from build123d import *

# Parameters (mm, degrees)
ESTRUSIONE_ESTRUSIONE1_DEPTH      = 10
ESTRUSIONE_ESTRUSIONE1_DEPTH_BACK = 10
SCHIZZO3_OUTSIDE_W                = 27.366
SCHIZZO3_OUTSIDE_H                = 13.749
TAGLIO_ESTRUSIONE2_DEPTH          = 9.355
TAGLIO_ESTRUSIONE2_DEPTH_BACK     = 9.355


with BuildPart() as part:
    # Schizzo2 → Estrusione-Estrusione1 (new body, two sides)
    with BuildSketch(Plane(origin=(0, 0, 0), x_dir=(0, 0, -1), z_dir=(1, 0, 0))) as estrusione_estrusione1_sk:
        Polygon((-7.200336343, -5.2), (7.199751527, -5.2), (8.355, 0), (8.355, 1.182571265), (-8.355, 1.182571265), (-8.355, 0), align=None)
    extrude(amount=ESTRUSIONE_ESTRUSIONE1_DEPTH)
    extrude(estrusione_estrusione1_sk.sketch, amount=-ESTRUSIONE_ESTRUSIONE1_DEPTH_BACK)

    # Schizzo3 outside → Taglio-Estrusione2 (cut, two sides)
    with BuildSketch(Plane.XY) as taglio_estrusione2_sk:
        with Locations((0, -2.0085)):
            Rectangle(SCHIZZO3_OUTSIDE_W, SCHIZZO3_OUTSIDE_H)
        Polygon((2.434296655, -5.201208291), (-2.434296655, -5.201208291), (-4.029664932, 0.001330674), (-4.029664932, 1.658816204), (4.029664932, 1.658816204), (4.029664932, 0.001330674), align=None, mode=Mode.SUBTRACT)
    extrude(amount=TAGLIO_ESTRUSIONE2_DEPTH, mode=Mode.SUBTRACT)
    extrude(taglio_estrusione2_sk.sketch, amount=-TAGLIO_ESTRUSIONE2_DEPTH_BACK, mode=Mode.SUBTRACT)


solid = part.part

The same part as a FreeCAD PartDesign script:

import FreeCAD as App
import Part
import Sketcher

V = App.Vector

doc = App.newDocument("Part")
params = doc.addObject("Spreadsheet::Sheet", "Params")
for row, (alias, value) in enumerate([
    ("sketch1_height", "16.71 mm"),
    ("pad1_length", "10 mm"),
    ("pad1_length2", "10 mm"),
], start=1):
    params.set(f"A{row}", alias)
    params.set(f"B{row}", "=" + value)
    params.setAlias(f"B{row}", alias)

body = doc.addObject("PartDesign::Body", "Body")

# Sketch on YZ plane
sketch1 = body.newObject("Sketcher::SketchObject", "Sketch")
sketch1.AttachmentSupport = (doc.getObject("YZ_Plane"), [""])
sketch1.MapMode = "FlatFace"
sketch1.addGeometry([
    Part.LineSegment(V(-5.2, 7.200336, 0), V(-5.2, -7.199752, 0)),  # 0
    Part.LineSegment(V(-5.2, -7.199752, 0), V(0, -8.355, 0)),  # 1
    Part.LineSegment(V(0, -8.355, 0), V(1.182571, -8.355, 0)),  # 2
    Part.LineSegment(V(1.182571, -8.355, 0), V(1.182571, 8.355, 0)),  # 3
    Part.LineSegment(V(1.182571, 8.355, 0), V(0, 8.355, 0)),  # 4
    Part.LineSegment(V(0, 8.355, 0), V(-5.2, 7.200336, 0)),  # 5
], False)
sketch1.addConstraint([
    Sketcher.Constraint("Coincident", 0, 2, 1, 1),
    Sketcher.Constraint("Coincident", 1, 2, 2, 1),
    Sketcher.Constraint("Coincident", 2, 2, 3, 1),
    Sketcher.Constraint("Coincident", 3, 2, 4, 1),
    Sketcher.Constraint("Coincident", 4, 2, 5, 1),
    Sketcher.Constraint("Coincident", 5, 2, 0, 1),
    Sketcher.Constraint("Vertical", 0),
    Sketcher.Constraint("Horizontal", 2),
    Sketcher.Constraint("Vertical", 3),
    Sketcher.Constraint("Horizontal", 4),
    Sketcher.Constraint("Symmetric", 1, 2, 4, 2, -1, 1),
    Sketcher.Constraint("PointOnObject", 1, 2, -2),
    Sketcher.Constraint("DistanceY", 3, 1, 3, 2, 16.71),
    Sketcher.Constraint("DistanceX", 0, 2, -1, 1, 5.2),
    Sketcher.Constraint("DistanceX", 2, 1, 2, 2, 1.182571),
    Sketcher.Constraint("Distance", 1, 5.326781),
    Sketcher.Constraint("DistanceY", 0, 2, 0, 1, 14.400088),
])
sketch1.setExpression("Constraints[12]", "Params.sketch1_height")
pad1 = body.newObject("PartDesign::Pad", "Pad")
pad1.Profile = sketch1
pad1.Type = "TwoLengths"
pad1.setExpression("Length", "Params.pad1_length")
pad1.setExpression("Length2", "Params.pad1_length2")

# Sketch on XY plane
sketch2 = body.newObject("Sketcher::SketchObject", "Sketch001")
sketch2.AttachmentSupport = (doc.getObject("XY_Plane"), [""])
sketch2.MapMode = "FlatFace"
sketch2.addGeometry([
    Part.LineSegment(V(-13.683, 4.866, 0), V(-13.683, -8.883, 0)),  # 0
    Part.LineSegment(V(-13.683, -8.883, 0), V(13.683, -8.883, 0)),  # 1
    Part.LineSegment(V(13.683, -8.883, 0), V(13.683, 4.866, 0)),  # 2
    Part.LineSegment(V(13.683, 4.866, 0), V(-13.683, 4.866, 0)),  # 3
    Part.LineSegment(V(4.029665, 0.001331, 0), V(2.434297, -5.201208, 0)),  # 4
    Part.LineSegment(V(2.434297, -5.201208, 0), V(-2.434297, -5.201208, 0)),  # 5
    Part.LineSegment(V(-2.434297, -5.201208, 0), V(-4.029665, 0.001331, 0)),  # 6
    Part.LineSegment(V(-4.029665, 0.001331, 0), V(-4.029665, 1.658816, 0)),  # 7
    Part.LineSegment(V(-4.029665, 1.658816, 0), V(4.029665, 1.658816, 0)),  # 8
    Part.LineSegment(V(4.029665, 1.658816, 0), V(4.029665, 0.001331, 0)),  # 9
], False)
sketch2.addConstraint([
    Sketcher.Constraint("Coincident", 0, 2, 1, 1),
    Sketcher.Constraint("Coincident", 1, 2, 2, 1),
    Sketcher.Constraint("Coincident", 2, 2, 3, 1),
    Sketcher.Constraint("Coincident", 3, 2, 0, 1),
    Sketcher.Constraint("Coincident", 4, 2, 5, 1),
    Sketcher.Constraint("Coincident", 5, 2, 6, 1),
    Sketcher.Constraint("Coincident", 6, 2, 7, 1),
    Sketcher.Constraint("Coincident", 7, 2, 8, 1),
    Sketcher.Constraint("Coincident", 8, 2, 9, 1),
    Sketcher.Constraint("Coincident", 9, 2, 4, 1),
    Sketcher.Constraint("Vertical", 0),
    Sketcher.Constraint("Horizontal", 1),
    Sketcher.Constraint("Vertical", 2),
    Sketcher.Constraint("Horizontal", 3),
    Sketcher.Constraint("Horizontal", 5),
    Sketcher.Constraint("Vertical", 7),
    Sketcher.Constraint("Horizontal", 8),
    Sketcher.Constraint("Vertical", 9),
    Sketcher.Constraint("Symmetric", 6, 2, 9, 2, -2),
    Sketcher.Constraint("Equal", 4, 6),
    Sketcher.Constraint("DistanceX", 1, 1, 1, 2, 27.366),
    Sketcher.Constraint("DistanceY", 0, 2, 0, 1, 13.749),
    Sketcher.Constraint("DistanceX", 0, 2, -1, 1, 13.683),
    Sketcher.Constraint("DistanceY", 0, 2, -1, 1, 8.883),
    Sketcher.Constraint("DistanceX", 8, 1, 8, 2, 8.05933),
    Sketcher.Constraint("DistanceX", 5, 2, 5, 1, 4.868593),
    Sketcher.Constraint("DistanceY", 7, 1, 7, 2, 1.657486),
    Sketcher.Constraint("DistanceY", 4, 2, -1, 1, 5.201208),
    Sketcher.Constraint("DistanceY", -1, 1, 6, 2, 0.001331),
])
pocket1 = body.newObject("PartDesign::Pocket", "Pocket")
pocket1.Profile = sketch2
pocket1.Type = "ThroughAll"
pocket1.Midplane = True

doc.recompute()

------------------------------------------------

Exercise aim.
Where a line in the records above contains the string "with", copy that line.

Answer to this task.
with BuildPart() as part:
    with BuildSketch(Plane(origin=(0, 0, 0), x_dir=(0, 0, -1), z_dir=(1, 0, 0))) as estrusione_estrusione1_sk:
    with BuildSketch(Plane.XY) as taglio_estrusione2_sk:
        with Locations((0, -2.0085)):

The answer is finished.